Human pose estimation is a hard problem → since there are not a lot of data. (here → the authors generate realistic synthetic data). (the resulting images → used for training a deep neural network → and gives much better results).
CNN → needs a lot of large scale data → especially the case for human pose estimation. (optical flow → synthetic data was used to improve performance).

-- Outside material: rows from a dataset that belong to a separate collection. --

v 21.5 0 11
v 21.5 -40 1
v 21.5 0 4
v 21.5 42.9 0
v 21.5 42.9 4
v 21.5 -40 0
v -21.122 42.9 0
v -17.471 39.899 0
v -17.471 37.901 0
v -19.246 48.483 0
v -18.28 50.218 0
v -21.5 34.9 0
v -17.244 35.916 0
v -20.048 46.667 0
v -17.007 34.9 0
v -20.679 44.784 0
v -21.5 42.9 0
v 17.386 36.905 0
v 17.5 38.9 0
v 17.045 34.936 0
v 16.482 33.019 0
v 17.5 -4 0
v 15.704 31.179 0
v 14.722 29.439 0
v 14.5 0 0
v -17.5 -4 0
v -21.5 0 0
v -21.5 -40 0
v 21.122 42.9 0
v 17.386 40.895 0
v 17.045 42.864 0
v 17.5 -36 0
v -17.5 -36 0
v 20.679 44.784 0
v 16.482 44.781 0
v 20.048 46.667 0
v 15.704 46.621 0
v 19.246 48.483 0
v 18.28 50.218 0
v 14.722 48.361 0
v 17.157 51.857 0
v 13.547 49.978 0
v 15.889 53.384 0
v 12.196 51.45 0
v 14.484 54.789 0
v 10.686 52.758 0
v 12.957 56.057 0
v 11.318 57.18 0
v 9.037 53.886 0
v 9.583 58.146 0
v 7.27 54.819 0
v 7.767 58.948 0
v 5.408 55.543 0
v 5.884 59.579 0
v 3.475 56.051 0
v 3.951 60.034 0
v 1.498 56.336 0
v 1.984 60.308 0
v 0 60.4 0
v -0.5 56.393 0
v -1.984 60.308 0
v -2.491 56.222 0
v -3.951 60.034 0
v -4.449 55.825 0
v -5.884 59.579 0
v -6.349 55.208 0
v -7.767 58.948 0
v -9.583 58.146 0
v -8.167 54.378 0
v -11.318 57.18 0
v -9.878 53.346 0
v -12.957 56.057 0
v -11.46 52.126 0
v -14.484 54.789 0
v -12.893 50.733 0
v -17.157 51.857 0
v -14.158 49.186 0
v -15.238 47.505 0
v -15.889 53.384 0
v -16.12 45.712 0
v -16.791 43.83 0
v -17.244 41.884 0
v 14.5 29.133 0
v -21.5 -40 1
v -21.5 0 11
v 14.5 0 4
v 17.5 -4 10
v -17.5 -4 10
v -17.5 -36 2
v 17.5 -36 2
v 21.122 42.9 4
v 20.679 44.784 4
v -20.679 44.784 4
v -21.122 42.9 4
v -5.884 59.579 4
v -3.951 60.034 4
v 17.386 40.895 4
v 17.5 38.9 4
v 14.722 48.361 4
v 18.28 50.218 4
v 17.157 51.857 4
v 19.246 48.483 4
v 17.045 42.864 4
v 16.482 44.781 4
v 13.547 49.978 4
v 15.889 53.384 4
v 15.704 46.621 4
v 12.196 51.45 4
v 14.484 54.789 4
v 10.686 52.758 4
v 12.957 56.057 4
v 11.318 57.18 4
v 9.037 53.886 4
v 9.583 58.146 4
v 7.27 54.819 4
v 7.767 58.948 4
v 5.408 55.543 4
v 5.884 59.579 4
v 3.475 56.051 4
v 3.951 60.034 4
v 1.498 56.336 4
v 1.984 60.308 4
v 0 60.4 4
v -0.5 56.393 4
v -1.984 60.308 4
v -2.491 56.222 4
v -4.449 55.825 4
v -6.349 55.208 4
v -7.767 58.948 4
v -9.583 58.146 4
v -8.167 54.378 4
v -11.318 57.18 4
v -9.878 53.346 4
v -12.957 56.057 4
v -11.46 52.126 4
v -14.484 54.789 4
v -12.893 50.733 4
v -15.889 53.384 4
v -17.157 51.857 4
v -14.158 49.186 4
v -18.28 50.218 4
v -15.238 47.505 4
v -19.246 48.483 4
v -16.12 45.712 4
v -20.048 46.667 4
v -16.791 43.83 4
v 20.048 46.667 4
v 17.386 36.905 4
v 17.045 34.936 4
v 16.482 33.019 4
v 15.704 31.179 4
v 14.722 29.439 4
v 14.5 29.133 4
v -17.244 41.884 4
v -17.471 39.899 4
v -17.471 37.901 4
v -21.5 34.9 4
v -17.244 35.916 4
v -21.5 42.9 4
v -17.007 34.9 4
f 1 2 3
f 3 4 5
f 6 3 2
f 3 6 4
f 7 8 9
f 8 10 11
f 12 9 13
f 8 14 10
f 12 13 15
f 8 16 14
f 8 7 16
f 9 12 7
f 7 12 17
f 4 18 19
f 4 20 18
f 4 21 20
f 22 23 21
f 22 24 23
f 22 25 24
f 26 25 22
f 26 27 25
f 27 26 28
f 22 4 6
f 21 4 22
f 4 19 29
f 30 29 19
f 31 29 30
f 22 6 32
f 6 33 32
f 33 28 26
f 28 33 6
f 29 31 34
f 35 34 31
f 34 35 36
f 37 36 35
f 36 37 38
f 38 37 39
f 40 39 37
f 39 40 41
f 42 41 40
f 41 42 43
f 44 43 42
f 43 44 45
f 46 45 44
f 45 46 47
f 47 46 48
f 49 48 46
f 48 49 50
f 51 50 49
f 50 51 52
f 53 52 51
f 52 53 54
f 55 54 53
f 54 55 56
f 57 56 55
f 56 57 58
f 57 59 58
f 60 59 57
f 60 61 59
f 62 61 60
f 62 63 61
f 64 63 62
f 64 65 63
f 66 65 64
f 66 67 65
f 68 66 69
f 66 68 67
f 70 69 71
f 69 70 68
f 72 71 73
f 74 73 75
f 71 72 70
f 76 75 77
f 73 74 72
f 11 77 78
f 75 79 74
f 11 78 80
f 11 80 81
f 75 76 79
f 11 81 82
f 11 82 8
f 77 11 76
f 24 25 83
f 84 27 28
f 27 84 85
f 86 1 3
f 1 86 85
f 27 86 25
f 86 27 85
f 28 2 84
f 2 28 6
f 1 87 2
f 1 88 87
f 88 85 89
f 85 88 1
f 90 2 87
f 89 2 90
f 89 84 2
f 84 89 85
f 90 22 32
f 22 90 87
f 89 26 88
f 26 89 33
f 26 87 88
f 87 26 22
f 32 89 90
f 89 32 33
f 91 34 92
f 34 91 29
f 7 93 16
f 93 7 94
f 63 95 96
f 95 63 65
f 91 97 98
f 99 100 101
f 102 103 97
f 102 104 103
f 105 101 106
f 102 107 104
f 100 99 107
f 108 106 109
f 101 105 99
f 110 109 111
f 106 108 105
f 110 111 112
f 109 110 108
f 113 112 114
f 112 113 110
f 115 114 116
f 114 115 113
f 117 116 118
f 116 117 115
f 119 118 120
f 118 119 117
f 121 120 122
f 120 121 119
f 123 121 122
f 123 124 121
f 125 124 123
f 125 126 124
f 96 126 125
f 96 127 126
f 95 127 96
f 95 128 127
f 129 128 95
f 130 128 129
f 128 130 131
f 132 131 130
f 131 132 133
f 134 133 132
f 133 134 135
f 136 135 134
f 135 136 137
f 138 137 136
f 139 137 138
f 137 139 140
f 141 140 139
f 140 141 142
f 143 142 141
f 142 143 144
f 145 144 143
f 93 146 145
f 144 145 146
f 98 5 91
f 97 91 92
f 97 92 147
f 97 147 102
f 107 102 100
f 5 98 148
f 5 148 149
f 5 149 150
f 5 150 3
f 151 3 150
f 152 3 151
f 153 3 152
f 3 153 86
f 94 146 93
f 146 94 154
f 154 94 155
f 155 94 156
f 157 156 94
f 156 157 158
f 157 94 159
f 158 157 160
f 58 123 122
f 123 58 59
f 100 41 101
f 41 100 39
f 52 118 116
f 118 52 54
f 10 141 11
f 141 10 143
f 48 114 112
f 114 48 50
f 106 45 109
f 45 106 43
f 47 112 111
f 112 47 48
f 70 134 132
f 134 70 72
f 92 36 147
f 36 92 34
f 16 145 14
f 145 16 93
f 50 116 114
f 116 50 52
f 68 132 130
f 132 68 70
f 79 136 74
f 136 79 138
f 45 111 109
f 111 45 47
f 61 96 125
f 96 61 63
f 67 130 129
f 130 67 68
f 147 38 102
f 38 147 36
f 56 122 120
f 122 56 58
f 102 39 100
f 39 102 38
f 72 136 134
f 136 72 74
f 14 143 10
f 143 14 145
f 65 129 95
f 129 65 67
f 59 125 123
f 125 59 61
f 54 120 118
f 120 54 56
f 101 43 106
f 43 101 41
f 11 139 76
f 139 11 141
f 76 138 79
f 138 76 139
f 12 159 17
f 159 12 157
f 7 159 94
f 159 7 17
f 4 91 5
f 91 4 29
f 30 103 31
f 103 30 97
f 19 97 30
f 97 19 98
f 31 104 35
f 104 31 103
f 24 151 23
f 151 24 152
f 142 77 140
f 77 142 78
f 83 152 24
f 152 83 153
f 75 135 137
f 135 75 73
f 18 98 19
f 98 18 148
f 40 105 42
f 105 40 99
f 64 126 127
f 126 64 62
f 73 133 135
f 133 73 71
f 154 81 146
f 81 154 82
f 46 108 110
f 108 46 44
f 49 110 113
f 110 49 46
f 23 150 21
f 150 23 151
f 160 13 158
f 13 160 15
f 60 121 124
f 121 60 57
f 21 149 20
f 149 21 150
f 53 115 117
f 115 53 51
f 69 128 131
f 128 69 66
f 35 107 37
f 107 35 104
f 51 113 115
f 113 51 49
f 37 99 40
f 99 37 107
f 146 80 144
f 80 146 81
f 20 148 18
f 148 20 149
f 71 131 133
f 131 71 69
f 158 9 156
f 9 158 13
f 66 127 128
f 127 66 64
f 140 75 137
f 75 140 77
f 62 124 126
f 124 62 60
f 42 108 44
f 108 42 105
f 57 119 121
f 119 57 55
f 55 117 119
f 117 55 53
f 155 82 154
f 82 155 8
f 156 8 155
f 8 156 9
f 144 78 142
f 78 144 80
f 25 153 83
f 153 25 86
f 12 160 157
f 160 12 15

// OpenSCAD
height = 6;
wedge_length = 40;
// be generous; it's just hanging so slop is fine
knob_diameter = 35;
cut_out_center = "yes"; // [yes,no]
meat = 4;

/* [Hidden] */
$fa = 0.01;
wedge_low_side = height - 5;
wedge_high_side = height + 5;

union() {
	wedge();
	hook();
}

module wedge() {
	translate([-knob_diameter/2-meat, -wedge_length, 0]) {
		difference() {
			cube([knob_diameter+meat*2, wedge_length, wedge_high_side]);
			// cut wedge
			translate([-1, 0, wedge_low_side])
				rotate([atan2(wedge_high_side - wedge_low_side, wedge_length), 0, 0])
					cube([knob_diameter+meat*2+2, wedge_length*2, wedge_high_side]);
			if(cut_out_center=="yes") {
				// cut out center to save material
				translate([meat, meat, -.1])
					cube([knob_diameter, wedge_length-meat*2, wedge_high_side+meat]);
			}
		}
	}
}

module hook() {
	translate([0, knob_diameter+meat-.1, 0]) {
		difference() {
			union() {
				cylinder(r = knob_diameter/2+meat, h = meat);
				translate([-knob_diameter/2-meat, -knob_diameter-meat, 0])
					cube([knob_diameter+meat*2, knob_diameter+meat*2, meat]);
			}
			translate([0, 0, -.1]) {
				cylinder(r=knob_diameter/2, h=meat+1);
				translate([-knob_diameter/2-meat-1, -knob_diameter-meat, 0])
					cube([knob_diameter+2, knob_diameter, meat+1]);
			}
		}
	}
}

The problem with synthetic data is the domain shift problem. (here the authors does → motion captures).
Wow → pretty interesting method → go from 2D to 3D → very cool approach. (and this method actually works!).
3D pose classification → is hard since there are not a lot of data in the wild → augmentation is a great method to overcome this problem. (also this method of augmentation does not seem to be completely new).

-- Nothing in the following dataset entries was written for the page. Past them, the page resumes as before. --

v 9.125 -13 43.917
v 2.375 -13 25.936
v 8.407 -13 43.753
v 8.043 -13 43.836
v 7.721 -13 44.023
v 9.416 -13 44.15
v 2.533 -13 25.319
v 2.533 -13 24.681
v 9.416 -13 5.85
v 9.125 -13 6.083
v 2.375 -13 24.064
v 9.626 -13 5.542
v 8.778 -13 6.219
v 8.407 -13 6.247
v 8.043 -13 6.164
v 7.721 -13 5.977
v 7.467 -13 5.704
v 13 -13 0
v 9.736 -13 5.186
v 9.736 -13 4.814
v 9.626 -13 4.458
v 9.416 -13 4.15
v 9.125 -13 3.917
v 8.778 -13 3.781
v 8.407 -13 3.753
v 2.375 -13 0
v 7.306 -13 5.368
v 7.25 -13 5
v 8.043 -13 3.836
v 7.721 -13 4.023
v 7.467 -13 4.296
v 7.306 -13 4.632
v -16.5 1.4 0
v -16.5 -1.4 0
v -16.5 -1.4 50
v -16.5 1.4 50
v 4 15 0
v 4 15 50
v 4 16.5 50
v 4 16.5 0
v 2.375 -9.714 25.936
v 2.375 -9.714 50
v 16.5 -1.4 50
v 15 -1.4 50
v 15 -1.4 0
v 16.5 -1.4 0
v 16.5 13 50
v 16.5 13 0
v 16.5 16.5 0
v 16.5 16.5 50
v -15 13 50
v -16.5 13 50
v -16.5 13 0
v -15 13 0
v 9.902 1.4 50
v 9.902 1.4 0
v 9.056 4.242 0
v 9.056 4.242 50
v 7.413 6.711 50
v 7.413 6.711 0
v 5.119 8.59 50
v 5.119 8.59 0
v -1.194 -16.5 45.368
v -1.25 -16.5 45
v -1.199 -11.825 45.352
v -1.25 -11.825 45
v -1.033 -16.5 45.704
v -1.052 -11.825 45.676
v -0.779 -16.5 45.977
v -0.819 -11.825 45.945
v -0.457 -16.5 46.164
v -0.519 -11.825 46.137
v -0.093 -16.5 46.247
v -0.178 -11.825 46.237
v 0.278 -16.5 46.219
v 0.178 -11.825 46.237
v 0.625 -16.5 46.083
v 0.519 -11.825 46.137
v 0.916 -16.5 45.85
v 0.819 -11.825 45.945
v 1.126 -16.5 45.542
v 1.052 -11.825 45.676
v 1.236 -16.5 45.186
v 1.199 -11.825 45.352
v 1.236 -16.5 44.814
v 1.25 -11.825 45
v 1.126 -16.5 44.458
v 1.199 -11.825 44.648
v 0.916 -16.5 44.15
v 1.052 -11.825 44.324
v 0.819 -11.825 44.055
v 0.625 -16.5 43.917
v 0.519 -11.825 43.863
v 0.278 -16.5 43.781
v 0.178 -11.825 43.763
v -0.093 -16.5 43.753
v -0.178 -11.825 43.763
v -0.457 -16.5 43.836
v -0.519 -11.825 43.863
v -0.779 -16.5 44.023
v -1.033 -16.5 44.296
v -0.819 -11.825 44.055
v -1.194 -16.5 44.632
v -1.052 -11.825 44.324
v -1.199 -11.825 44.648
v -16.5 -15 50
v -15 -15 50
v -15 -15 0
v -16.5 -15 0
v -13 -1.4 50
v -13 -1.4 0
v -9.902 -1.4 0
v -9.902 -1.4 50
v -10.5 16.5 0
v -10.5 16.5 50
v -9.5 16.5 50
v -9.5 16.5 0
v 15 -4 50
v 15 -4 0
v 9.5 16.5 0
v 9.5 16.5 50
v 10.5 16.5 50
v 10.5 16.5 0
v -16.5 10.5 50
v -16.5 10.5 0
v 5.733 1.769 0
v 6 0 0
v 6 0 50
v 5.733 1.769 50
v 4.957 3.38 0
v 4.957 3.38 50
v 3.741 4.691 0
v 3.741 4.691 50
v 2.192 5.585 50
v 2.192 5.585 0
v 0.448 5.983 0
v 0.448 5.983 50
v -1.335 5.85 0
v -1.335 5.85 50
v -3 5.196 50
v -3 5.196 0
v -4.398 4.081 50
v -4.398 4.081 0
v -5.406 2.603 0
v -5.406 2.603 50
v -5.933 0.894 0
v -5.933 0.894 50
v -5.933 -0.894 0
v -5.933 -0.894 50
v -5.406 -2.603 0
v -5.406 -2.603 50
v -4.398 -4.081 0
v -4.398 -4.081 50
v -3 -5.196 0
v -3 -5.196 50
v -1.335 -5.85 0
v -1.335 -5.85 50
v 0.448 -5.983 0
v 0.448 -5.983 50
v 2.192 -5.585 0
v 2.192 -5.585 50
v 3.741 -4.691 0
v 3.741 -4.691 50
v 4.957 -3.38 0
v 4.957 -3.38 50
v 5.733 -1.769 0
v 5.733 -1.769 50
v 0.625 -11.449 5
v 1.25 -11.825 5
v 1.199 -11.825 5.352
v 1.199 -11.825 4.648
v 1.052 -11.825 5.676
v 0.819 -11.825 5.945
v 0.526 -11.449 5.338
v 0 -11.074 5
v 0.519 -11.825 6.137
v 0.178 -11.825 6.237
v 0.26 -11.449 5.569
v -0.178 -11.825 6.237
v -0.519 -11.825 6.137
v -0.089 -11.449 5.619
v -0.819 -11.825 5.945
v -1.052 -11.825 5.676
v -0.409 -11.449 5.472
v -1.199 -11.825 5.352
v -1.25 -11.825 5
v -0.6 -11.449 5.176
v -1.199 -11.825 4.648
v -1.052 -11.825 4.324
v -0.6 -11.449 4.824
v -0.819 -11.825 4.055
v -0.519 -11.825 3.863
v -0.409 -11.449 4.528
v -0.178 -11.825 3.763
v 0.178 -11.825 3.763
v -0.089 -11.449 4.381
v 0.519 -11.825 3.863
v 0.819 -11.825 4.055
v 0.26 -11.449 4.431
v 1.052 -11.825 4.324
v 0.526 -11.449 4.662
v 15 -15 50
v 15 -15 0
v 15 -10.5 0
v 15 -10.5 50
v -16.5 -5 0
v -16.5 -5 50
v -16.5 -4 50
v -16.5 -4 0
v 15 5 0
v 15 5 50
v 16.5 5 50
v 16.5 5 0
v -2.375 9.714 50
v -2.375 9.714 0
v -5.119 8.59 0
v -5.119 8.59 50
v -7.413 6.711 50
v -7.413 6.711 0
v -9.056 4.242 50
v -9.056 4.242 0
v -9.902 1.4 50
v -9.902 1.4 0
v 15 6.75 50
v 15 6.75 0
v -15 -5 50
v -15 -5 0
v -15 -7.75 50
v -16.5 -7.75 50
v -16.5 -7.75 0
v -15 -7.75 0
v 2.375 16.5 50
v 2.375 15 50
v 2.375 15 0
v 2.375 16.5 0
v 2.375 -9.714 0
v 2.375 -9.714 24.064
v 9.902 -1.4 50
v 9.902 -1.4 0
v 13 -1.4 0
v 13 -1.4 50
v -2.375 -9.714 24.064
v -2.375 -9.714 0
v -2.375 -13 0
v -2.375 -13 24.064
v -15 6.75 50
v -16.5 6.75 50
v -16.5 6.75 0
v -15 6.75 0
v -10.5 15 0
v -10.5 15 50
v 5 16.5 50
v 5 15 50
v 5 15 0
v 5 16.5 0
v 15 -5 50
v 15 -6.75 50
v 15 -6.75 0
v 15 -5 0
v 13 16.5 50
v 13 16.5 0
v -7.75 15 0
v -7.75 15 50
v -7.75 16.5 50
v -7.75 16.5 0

We can see how the synthesis engine operates → transformation of the 2D image → probability map of the pose → very interesting. (so it starts from the 2D joints → very cool! → and there is some form of transformation happening after the 2D query image). (however, the generated images have some artifacts → need a method to smooth the images → the authors create a novel method of doing this as well).
Human pose estimation → classification problem → DeepPose and Alexnet are used → and training this kind of classifiers need a lot of training data.
And it seems like each image can have multiple possible classes.
Data set in this space is also limited → there are few data set in which have a correct 3D label while others might not have a label. (traditional data augmentation is used for 2D images).
Quite competitive results → this means that the synthetic data generation method actually produces reasonable images. (models trained on indoor images → does not do well on pose classification on outdoor images).
Fine tuning of VGG 16 → increases performance.
Synthetic 3D image generation → a reasonable approach for increasing performance.